Exercise materials:
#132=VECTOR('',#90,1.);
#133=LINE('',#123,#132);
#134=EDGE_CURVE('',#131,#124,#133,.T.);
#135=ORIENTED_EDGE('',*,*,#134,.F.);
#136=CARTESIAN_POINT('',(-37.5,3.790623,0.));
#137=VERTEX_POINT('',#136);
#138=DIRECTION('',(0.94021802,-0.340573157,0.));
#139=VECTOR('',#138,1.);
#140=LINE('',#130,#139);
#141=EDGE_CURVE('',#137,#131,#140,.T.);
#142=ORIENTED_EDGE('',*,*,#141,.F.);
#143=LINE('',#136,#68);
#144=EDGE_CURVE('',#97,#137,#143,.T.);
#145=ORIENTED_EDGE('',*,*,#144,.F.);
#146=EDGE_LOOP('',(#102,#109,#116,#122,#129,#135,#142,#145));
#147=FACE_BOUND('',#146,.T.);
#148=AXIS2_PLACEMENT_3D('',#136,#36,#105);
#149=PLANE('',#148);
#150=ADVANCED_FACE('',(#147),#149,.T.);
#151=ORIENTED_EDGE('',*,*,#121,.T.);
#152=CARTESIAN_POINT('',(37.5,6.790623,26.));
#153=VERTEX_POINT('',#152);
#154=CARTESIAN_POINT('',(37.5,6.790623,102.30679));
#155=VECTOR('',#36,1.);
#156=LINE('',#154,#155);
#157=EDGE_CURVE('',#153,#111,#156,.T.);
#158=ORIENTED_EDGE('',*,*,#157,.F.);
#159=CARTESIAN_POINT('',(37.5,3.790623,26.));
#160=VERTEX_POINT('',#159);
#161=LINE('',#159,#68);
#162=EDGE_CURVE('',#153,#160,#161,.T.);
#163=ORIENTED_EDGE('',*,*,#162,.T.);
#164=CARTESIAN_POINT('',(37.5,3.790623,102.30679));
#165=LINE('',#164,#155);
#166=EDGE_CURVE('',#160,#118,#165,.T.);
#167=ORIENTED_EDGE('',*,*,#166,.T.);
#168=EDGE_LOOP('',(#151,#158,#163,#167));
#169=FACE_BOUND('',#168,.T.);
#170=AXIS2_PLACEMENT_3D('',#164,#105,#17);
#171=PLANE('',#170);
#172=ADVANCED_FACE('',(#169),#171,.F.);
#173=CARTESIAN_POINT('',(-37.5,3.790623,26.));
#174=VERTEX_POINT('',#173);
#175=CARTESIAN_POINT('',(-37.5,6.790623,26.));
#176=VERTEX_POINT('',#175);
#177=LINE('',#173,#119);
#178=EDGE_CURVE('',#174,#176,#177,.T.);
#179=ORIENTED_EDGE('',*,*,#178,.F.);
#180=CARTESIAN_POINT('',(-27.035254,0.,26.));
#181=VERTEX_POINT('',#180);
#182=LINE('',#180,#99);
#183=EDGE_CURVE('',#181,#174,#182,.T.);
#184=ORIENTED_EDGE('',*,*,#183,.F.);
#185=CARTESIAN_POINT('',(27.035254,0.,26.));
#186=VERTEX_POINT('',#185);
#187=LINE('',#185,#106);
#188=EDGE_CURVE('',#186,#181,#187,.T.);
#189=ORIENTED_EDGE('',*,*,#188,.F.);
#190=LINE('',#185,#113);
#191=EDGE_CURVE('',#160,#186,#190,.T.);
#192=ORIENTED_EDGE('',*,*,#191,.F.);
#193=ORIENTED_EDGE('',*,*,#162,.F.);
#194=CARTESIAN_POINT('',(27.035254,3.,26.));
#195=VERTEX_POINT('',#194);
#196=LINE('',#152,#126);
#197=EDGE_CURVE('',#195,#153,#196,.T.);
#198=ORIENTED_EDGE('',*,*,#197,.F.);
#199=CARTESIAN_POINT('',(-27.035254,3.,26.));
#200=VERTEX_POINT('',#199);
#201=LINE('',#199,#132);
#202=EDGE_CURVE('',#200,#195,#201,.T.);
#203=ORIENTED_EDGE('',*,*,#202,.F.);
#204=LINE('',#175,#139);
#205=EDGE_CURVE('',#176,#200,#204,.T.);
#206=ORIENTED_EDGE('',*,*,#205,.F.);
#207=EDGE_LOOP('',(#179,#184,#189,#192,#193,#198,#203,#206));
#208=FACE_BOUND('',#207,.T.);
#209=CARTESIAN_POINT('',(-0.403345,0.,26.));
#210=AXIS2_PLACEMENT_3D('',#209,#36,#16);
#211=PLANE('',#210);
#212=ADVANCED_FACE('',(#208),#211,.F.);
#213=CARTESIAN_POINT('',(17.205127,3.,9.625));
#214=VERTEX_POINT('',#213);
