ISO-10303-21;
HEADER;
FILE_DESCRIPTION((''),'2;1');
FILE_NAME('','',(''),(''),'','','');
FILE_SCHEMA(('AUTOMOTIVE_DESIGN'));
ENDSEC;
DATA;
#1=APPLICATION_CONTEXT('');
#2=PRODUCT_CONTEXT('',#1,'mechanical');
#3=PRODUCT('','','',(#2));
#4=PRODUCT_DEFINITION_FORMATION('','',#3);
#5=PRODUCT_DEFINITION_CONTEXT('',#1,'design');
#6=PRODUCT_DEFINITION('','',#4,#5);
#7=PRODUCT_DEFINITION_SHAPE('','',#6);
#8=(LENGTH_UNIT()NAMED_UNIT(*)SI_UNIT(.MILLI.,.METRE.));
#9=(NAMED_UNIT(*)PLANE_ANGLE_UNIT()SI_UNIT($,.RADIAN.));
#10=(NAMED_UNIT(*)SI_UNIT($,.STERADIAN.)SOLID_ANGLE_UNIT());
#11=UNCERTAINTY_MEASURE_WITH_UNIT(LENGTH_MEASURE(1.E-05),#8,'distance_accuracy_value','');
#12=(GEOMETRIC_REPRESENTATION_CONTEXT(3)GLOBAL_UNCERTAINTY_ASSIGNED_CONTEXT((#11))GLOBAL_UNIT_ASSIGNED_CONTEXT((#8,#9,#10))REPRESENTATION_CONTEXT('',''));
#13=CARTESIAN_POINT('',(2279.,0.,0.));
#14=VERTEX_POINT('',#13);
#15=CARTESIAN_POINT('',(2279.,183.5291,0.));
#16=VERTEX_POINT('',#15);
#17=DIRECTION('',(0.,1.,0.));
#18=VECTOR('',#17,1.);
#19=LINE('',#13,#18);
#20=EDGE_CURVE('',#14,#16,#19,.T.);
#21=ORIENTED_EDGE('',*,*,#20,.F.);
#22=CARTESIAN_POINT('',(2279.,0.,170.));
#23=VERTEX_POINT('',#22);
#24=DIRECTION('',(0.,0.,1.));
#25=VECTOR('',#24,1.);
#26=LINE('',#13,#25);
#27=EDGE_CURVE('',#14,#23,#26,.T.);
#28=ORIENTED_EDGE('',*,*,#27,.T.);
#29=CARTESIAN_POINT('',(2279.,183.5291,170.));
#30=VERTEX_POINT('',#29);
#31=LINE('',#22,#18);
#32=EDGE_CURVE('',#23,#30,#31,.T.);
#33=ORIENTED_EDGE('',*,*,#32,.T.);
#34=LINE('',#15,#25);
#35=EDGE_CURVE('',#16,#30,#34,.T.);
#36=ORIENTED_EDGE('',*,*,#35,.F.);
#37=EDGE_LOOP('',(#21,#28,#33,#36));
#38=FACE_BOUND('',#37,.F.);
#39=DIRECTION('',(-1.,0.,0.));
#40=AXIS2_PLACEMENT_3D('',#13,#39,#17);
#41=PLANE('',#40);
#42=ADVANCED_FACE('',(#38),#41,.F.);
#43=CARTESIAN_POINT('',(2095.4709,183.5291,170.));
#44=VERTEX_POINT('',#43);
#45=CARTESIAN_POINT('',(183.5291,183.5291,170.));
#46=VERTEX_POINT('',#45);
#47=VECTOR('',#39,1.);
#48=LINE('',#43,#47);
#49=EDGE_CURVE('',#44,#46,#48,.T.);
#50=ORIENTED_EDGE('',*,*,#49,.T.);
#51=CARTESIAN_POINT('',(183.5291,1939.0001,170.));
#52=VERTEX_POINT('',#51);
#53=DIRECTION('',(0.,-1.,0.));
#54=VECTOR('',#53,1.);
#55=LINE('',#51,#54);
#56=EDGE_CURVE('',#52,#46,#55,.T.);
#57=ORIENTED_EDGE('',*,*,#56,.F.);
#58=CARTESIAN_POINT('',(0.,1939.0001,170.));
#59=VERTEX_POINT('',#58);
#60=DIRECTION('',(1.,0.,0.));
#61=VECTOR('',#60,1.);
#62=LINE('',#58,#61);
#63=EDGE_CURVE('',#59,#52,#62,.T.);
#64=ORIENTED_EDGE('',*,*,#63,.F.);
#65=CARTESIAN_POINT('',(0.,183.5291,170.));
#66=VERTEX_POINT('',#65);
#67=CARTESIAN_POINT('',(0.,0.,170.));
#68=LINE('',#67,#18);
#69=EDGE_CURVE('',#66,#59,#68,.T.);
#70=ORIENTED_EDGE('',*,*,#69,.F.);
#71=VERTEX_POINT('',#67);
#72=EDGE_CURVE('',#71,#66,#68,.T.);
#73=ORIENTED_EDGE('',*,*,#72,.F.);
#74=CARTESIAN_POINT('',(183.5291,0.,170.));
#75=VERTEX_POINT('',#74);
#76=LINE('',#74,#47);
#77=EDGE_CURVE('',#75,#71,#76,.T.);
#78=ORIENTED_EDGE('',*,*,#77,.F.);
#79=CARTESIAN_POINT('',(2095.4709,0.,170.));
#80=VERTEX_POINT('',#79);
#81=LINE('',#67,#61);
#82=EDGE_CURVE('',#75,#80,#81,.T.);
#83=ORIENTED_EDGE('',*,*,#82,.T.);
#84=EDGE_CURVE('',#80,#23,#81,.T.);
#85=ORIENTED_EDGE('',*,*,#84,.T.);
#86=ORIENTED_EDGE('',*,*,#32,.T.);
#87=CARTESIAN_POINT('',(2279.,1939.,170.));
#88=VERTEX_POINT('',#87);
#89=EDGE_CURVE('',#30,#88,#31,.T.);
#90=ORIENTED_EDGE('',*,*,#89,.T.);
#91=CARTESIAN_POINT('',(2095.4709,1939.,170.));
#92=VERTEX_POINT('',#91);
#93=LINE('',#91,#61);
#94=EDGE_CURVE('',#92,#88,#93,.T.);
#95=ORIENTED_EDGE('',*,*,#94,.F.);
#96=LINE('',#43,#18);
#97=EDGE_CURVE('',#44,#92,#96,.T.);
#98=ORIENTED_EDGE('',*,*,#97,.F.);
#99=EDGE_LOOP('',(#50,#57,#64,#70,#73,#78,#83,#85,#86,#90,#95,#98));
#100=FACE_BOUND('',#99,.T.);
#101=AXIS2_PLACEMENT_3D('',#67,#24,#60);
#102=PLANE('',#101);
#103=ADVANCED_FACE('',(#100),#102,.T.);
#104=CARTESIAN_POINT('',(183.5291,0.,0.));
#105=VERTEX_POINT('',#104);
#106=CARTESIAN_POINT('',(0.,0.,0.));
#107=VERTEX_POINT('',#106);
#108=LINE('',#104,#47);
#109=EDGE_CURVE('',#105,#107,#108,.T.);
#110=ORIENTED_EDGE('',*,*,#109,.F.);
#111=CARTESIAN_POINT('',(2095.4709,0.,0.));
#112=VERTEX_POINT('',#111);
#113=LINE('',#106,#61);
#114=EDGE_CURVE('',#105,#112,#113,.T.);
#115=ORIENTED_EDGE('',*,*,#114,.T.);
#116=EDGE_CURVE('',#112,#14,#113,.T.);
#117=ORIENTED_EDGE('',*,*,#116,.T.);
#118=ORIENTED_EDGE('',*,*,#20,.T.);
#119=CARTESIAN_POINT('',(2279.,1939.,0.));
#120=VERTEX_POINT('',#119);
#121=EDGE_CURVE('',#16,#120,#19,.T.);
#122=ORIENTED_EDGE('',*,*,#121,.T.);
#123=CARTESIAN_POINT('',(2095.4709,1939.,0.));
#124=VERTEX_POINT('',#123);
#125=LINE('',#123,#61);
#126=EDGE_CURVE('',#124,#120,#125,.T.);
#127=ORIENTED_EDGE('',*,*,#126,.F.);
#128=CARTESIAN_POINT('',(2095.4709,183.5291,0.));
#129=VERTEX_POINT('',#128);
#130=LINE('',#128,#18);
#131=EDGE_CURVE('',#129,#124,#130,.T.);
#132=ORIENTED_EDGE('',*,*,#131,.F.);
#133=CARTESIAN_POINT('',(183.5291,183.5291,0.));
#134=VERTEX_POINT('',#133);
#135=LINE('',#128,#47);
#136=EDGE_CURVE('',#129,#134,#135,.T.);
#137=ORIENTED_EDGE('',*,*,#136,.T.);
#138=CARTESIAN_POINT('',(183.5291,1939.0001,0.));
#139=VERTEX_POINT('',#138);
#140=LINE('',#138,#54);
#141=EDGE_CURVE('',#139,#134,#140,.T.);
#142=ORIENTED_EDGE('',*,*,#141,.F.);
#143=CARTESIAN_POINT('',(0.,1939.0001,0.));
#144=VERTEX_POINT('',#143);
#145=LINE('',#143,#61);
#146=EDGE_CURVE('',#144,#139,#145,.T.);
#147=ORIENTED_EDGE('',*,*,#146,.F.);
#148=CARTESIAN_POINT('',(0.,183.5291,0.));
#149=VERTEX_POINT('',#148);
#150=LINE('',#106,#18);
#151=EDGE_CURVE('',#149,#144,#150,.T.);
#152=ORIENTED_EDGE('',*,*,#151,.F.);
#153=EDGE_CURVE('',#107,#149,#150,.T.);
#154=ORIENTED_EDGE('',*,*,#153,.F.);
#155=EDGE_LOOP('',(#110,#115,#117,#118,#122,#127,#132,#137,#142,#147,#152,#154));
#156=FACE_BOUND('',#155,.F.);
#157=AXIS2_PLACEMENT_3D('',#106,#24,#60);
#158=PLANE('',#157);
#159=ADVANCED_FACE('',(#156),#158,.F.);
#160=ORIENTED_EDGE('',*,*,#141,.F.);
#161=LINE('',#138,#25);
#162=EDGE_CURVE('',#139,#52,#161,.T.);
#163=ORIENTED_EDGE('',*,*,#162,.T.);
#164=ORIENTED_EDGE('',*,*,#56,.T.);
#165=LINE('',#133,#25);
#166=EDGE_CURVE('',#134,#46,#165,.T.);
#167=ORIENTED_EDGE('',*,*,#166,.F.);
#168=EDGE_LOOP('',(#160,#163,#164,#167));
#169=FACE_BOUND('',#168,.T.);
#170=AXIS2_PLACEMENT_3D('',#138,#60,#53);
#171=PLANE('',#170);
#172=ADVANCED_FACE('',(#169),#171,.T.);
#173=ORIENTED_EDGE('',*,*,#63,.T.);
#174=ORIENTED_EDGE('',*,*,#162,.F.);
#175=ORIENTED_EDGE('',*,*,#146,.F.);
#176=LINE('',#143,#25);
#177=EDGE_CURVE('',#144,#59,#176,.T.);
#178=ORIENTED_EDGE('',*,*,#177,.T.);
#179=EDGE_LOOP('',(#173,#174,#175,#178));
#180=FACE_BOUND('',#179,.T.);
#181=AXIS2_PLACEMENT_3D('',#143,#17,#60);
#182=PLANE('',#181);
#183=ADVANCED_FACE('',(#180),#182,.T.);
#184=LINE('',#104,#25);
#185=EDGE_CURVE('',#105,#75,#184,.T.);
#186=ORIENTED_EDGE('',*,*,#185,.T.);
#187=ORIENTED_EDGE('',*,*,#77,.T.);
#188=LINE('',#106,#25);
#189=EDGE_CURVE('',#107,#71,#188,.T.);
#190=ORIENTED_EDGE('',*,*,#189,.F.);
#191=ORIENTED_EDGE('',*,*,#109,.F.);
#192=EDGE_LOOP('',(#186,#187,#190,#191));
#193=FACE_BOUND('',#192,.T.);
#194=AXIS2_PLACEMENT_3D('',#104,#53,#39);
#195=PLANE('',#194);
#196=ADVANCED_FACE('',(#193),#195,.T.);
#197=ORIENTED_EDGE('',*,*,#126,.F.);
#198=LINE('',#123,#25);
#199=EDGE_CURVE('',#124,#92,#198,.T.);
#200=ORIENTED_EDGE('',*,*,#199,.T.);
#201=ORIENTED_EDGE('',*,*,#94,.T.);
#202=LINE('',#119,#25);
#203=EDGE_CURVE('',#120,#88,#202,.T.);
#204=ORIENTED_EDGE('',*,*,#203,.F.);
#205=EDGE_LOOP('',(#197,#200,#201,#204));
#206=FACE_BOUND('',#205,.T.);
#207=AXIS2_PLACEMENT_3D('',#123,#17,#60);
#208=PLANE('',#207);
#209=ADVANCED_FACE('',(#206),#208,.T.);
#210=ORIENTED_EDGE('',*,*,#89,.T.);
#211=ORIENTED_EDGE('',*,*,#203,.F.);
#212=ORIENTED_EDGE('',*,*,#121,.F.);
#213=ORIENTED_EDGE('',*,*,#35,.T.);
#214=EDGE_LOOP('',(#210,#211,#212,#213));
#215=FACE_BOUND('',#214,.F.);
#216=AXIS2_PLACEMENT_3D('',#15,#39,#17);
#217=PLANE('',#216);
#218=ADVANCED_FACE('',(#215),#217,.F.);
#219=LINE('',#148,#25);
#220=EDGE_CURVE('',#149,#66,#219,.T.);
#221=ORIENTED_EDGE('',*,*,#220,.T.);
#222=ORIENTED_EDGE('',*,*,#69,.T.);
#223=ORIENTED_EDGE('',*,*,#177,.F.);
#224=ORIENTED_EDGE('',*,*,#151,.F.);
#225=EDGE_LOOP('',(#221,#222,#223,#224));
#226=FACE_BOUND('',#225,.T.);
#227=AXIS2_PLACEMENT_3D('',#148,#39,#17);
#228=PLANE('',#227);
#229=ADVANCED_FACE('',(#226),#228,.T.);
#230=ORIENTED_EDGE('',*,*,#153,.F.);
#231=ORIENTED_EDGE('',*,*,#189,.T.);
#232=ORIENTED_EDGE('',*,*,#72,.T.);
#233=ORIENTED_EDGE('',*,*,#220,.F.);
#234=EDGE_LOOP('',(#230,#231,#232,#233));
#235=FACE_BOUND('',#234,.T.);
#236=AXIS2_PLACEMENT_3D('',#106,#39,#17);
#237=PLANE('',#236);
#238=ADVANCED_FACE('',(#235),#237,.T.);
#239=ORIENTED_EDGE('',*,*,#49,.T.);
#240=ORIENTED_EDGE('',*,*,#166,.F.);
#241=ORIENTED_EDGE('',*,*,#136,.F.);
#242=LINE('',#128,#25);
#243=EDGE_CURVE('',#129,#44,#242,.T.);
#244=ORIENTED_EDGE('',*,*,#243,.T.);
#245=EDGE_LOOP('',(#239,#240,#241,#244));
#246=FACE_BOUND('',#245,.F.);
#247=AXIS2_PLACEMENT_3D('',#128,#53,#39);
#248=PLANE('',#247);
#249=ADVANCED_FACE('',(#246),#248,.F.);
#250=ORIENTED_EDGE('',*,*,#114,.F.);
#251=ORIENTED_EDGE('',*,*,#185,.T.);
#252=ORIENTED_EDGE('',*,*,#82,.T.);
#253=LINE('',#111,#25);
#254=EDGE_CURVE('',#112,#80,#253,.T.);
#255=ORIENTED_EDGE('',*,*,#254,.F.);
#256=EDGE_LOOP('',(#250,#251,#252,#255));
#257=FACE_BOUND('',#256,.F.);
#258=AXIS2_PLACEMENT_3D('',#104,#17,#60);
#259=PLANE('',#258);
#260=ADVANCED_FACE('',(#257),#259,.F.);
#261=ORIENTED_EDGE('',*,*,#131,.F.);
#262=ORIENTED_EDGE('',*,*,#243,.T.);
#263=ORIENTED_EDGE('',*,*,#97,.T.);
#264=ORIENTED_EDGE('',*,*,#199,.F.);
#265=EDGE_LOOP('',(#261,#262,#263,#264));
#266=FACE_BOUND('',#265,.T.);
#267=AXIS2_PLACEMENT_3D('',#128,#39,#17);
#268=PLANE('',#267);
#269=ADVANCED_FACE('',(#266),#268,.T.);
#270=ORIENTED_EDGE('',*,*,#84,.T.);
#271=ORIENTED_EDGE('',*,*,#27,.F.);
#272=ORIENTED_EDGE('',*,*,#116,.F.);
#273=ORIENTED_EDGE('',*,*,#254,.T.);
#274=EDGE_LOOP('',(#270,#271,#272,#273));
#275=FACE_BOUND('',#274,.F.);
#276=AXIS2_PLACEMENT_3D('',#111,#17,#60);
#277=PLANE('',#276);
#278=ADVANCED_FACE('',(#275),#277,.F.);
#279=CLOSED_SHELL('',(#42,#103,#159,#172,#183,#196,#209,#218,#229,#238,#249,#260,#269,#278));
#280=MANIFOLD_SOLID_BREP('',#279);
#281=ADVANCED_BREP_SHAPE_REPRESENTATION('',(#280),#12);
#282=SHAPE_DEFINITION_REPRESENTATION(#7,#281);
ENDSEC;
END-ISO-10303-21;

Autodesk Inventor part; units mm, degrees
ref_plane "YZ Plane" through (0, 0, 0) normal (1, 0, 0) x (0, 1, 0)
ref_plane "XY Plane" through (0, 0, 0) normal (0, 0, 1) x (1, 0, 0)
sketch "スケッチ2" plane through (0, 0, 0) normal (0, 0, 1) x (1, 0, 0)
  line L0 (2279, 0) -> (2279, 1939)
  line L1 (0, 1939.0001) -> (183.5291, 1939.0001)
  line L2 (183.5291, 1939.0001) -> (183.5291, 183.5291)
  line L3 (183.5291, 0) -> (0, 0)
  line L4 (0, 0) -> (0, 1939.0001)
  line L5 (0, 0) -> (2279, 0)
  line L6 (2279, 0) -> (2279, 183.5291)
  line L7 (2095.4709, 183.5291) -> (183.5291, 183.5291)
  line L8 (0, 183.5291) -> (0, 0)
  line L9 (2279, 0) -> (2095.4709, 0)
  line L10 (2095.4709, 183.5291) -> (2095.4709, 1939)
  line L11 (2095.4709, 1939) -> (2279, 1939)
  line L12 (2279, 1939) -> (2279, 0)
  line L13 (2279, 1939) -> (2095.4709, 1939)
  line L14 (183.5291, 1939.0001) -> (0, 1939.0001)
  dimension "d10" = 2279
  dimension "d11" = 1939
  dimension "d12" = 1755.4709
  dimension "d13" = 1755.471
extrude "押し出し1" add sketch "スケッチ2" along normal blind 170
properties part number "rail"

Exercise brief:
Look above for the line with "#123=CARTESIAN_POINT('',(2095.4709,1939.,0.));"; retype exactly that line, every line after it up to the line with "#136=EDGE_CURVE('',#129,#134,#135,.T.);", and that line too, nothing else.

Solution to the problem:
#123=CARTESIAN_POINT('',(2095.4709,1939.,0.));
#124=VERTEX_POINT('',#123);
#125=LINE('',#123,#61);
#126=EDGE_CURVE('',#124,#120,#125,.T.);
#127=ORIENTED_EDGE('',*,*,#126,.F.);
#128=CARTESIAN_POINT('',(2095.4709,183.5291,0.));
#129=VERTEX_POINT('',#128);
#130=LINE('',#128,#18);
#131=EDGE_CURVE('',#129,#124,#130,.T.);
#132=ORIENTED_EDGE('',*,*,#131,.F.);
#133=CARTESIAN_POINT('',(183.5291,183.5291,0.));
#134=VERTEX_POINT('',#133);
#135=LINE('',#128,#47);
#136=EDGE_CURVE('',#129,#134,#135,.T.);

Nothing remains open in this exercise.